Environment: Hadoop Stack, Java, Sqoop, Hive, ATSCALE, Oozie, Microsoft SQL server, NIFI, Kafka, Storm, Ubuntu, HBASE, YARN, Hortonworks, UNIX Shell Scripting, AZURE PowerShell, CRON, Scala, Spark, R, Maven, SBT, IntelliJ, Tableau, Microsoft Azure HDINSIGHT, SSMS, Azure Data Factory, Azure Data Warehouse, SAP HANA.
Confidential
Big Data Developer
Responsibilities:
- Worked with Hortonworks dispersion. Introduced, arranged, and kept up a Hadoop cluster dependent on the business prerequisites. Involved in start to finish execution of ETL pipelines utilizing Python and SQL for high volume data analysis, likewise audited use cases before on boarding to HDFS. Mindful to stack, oversee and audit terabytes of log records utilizing Ambari web UI. Utilized Sqoop to relocate information between relational DBMS and HDFS. Ingested data from MS SQL, Teradata, and Cassandra databases. Performed specially appointed inquiries utilizing Hive joins, bucketing techniques for faster data access. Utilized Nifi to mechanize the data stream between divergent frameworks. Planned dataflow models and objective tables to acquire applicable metrics from different sources. Developed Bash contents to get log documents from FTP server and executed Hive responsibilities to parse them.

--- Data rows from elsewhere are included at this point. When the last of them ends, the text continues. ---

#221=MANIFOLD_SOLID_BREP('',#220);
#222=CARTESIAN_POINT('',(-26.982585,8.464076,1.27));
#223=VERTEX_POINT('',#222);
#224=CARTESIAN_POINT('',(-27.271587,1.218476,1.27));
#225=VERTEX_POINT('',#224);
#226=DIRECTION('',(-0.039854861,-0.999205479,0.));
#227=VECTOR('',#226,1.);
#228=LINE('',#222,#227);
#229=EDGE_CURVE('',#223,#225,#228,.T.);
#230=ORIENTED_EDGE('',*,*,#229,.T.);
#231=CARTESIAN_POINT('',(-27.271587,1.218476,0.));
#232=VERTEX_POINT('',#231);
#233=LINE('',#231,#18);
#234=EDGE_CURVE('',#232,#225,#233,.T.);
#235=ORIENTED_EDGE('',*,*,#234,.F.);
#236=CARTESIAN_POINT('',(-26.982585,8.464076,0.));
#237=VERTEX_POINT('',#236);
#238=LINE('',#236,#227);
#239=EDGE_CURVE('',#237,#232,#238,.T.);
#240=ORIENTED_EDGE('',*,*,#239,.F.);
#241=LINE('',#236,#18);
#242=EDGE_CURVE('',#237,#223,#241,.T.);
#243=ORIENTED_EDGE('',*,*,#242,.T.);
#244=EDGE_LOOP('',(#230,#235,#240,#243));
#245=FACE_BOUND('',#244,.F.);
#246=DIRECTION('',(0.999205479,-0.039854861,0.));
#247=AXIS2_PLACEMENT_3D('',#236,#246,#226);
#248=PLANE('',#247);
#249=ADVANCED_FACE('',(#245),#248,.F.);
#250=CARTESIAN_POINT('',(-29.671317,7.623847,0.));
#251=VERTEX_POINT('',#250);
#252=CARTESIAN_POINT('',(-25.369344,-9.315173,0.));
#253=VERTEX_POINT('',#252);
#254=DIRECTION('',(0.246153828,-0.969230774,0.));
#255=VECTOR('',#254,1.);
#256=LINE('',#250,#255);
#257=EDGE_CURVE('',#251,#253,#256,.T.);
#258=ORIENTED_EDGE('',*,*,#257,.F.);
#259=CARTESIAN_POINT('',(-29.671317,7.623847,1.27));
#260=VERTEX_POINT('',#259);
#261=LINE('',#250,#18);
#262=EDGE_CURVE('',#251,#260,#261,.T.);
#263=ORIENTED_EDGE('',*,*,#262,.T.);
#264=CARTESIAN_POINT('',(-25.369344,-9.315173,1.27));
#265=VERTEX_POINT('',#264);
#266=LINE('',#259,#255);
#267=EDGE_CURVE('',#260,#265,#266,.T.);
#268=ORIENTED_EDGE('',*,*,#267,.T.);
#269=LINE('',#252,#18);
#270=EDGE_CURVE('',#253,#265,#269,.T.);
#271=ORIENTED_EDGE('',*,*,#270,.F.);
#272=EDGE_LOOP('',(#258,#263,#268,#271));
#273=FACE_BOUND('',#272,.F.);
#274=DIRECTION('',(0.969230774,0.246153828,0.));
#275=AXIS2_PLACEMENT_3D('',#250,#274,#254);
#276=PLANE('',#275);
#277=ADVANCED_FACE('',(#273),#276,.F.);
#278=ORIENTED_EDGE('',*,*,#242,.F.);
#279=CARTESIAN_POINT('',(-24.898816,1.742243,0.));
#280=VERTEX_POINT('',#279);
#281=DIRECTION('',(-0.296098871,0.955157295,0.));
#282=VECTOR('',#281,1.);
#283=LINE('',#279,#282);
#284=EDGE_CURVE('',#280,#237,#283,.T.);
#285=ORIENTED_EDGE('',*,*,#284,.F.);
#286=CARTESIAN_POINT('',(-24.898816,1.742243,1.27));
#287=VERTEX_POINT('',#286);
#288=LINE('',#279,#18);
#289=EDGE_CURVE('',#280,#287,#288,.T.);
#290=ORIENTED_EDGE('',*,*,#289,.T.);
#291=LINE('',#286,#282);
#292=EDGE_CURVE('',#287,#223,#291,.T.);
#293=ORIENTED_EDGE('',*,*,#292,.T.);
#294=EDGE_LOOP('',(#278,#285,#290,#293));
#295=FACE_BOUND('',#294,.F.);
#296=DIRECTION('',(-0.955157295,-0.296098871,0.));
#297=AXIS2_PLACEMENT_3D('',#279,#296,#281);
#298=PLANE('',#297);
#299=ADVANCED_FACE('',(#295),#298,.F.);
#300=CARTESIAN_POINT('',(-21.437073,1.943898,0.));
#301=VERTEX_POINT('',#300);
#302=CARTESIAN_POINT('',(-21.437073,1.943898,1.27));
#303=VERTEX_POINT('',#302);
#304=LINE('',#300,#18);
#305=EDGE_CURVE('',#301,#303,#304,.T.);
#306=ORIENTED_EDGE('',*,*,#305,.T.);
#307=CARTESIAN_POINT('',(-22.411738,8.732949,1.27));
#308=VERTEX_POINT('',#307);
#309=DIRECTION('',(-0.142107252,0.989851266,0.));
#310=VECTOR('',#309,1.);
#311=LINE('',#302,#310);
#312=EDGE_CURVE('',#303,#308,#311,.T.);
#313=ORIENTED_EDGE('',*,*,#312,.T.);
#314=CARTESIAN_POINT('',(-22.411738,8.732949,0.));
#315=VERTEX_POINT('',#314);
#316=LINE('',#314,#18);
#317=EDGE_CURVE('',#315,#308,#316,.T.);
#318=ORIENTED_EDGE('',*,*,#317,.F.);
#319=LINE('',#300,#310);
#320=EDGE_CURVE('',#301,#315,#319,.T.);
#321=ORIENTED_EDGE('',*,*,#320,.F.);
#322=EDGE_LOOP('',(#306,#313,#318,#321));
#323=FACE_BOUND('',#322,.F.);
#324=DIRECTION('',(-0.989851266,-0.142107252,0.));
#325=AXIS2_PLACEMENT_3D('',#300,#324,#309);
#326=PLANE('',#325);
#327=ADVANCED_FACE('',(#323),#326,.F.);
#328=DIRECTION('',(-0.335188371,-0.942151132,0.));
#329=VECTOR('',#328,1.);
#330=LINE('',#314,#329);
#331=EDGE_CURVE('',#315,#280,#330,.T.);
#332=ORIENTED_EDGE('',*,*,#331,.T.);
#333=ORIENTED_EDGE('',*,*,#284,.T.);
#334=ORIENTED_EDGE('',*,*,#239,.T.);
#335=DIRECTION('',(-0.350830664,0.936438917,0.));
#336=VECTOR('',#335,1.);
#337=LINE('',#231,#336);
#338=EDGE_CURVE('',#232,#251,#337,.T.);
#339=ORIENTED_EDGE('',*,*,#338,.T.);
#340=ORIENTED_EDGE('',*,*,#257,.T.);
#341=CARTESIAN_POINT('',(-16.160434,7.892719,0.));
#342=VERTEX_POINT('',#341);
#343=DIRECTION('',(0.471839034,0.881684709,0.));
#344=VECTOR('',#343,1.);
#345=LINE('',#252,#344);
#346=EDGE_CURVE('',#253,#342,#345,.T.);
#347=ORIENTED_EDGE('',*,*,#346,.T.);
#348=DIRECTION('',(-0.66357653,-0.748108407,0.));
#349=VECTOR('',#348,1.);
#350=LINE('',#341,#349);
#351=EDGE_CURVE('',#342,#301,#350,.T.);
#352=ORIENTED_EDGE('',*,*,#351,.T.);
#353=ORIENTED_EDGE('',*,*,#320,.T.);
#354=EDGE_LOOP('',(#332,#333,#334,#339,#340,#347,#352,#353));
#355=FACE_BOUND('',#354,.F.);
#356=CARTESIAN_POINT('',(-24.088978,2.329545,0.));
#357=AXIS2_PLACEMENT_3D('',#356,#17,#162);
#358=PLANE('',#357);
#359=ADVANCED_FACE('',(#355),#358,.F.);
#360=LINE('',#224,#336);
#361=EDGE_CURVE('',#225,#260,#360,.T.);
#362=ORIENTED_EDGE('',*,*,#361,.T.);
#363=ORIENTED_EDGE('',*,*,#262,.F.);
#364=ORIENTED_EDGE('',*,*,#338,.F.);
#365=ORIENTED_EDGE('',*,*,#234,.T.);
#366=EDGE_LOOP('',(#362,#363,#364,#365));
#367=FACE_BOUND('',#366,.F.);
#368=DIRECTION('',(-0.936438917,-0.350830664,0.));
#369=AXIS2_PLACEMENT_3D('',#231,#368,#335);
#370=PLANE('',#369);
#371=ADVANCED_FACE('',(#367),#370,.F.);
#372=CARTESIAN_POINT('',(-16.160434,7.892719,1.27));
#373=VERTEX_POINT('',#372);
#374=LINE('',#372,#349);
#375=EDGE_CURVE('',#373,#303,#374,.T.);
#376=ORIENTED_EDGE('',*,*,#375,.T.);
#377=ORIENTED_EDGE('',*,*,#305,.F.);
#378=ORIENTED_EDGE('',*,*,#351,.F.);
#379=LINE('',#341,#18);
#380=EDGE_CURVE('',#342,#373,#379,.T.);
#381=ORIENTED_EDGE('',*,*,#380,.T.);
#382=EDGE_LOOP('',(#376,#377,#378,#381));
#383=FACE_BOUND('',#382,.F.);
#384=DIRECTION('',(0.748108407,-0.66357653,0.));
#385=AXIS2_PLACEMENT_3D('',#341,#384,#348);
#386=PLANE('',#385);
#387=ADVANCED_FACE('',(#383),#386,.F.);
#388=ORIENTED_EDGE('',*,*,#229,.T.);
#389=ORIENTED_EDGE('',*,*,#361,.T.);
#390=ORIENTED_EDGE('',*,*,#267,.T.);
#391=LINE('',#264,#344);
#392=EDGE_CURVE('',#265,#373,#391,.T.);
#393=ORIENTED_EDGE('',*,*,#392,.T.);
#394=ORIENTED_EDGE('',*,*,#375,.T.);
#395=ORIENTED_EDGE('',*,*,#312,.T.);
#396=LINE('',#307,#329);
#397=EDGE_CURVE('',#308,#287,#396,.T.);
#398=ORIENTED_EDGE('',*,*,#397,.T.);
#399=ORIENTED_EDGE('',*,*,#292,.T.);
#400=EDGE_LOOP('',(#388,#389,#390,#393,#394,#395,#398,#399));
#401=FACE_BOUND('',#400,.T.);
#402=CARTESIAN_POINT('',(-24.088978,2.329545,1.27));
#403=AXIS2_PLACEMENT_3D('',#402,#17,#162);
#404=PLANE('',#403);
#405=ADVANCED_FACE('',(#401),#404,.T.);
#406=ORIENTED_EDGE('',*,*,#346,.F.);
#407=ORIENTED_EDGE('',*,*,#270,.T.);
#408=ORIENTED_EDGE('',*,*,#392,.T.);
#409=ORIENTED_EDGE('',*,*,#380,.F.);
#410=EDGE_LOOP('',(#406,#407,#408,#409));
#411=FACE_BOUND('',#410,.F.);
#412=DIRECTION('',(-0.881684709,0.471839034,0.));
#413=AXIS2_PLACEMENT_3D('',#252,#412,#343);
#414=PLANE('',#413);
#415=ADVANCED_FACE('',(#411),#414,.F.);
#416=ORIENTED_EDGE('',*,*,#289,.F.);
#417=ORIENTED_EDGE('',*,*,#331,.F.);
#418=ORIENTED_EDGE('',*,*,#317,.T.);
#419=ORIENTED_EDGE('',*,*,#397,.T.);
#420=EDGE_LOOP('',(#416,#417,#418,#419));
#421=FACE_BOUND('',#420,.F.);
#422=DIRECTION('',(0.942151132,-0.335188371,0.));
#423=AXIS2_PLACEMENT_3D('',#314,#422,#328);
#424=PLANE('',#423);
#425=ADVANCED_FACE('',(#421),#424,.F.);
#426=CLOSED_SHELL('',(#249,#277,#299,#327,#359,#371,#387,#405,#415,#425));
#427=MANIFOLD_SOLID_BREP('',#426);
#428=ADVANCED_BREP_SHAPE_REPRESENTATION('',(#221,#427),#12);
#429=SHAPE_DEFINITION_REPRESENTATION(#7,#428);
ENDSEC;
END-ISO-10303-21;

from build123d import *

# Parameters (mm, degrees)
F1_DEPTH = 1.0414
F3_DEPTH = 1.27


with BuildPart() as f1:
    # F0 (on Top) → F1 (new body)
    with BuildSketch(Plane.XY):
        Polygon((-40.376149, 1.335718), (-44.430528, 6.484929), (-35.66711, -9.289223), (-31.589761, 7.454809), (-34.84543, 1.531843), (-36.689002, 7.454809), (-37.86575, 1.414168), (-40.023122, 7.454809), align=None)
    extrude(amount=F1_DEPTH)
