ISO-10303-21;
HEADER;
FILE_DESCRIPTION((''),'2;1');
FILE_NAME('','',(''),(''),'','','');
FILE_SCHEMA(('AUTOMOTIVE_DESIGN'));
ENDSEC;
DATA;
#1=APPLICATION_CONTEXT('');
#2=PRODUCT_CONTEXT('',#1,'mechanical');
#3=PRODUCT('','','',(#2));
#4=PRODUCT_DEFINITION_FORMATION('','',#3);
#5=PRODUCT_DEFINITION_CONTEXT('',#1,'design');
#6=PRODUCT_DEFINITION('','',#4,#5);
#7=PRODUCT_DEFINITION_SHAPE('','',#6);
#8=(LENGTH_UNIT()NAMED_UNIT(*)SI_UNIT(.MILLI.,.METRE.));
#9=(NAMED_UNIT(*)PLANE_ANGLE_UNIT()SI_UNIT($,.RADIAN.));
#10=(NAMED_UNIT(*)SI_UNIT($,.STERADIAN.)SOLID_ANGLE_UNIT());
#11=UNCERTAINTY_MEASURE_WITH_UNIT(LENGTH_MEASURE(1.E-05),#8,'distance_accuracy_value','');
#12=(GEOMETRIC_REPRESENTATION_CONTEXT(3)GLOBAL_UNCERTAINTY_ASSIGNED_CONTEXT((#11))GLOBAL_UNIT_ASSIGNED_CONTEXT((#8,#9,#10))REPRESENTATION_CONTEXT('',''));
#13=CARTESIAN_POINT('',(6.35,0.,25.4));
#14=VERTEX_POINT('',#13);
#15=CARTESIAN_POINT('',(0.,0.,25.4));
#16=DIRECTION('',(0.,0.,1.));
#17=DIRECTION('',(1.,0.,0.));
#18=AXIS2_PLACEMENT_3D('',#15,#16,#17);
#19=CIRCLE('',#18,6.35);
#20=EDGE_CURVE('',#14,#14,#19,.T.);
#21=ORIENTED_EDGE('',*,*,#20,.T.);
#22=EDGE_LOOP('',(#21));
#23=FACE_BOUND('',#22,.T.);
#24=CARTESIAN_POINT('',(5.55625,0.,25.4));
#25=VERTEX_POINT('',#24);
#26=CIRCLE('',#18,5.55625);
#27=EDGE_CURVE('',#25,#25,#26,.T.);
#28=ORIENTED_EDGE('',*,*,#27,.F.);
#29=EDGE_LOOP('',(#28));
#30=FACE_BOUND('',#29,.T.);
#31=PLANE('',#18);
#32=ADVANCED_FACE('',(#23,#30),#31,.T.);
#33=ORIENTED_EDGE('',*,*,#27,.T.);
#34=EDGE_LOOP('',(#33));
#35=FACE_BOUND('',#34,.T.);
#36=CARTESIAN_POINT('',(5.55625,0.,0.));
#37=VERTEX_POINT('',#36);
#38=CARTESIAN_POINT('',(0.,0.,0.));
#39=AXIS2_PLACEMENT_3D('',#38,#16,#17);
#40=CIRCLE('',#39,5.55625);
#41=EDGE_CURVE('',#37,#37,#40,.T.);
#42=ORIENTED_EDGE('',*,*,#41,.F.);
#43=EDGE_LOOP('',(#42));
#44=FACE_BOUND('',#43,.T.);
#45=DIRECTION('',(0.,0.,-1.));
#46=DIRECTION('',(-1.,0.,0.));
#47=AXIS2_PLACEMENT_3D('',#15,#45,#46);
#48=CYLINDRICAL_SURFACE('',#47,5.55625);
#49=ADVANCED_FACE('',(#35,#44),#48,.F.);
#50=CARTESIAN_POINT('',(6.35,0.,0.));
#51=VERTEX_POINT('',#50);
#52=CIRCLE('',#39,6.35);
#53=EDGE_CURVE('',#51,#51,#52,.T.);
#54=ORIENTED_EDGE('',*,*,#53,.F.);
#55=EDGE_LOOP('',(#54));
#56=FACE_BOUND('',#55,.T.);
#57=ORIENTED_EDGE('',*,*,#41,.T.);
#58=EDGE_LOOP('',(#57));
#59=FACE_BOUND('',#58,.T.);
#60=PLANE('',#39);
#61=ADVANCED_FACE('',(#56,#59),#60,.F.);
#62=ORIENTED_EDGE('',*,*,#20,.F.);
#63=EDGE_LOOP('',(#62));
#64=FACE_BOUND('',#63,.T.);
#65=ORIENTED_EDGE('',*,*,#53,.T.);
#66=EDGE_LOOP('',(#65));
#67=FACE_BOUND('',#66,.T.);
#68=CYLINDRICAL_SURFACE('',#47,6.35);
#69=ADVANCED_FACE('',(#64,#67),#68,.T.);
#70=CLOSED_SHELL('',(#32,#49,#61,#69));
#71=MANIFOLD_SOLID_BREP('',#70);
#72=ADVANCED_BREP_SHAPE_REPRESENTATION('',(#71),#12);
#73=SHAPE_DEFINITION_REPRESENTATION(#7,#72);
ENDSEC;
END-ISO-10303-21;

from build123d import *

# Parameters (mm, degrees)
SKETCH1_R           = 6.35
SKETCH1_R_2         = 5.55625
BOSS_EXTRUDE1_DEPTH = 25.4


with BuildPart() as part:
    # Sketch1 → Boss-Extrude1 (new body)
    with BuildSketch(Plane.XY):
        Circle(SKETCH1_R)
        Circle(SKETCH1_R_2, mode=Mode.SUBTRACT)
    extrude(amount=BOSS_EXTRUDE1_DEPTH)


solid = part.part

- Actualized different Hive queries for analytics. Created External tables, advanced Hive queries and improved the cluster execution by 30%. Enhanced contents of existing Python modules. Dealt with composing APIs to stack the processed data to HBase tables. Migrated ETL tasks to Pig contents to apply joins, aggregations, and transformations. Worked with Jenkins build and continuous integration tools. Involved in writing Groovy scripts to automate the Jenkins pipeline's integration and delivery service. Used Power BI as a front - end BI tool and MS SQL Server as a back-end database to plan and create dashboards, workbooks, and complex aggregate calculations. Used Jenkins for CI/CD and SVN for version control. Used Informatica as an ETL tool to create source/target definitions, mappings and sessions to extract, transform and load data into staging tables from various sources. Designed and Developed
- Informatica processes to extract data from internal check issue systems. Used Informatica Power exchange to extract data from one of the EIC s operational system called Datacom. Extensive experience in Building, publishing customized interactive reports and dashboards, report scheduling using Tableau
- Desktop and Tableau Server. Extensive experience in Tableau Administration Tool, Tableau Interactive Dashboards, Tableau suite. Developed Tableau visualizations and dashboards using Tableau Desktop and published the same on Tableau Server. Used Informatica Power Center for (ETL) extraction, transformation and loading data from heterogeneous source systems into target database. Analyzed data stored in S3 buckets using SQL, PySpark and stored the processes data in Redshift and validated data sets by implementing Spark components. Worked as ETL developer and Tableau developer and widely involved in Designing, Development Debugging of ETL mappings using Informatica designer tool as well as Created advanced chart types, visualizations and complex calculations to manipulate the data using Tableau D
Confidential
Data Analyst
Responsibilities:
- Understand the data visualization requirements from the Business Users. Writing SQL queries to extract data from the Sales data marts as per the requirements. Developed Tableau data visualization using Scatter Plots, Geographic Map, Pie Charts and Bar Charts and Density Chart. Designed and deploy rich
- Graphic visualizations with Drill Down and Drop - down menu option and Parameterized using Tableau. Created action filters, parameters and calculated sets for preparing dashboards and worksheets in Tableau. Explored traffic data from databases connecting them with transaction data, and presenting as well as writing report for every campaign, providing suggestions for future promotions. Extracted data using SQL queries and transferred it to Microsoft Excel and Python for further analysis. Data Cleaning, merging and exporting the dataset was done in Tableau Prep. Data processing and cleaning techniques carried out to reduce text noise, reduce dimensionality in order to improve the analysis.
Environment: Python, Informatics v9.x, MS SQL SERVER, T-SQL, SSIS, SSRS, SQL Server Management Studio, Oracle, Excel.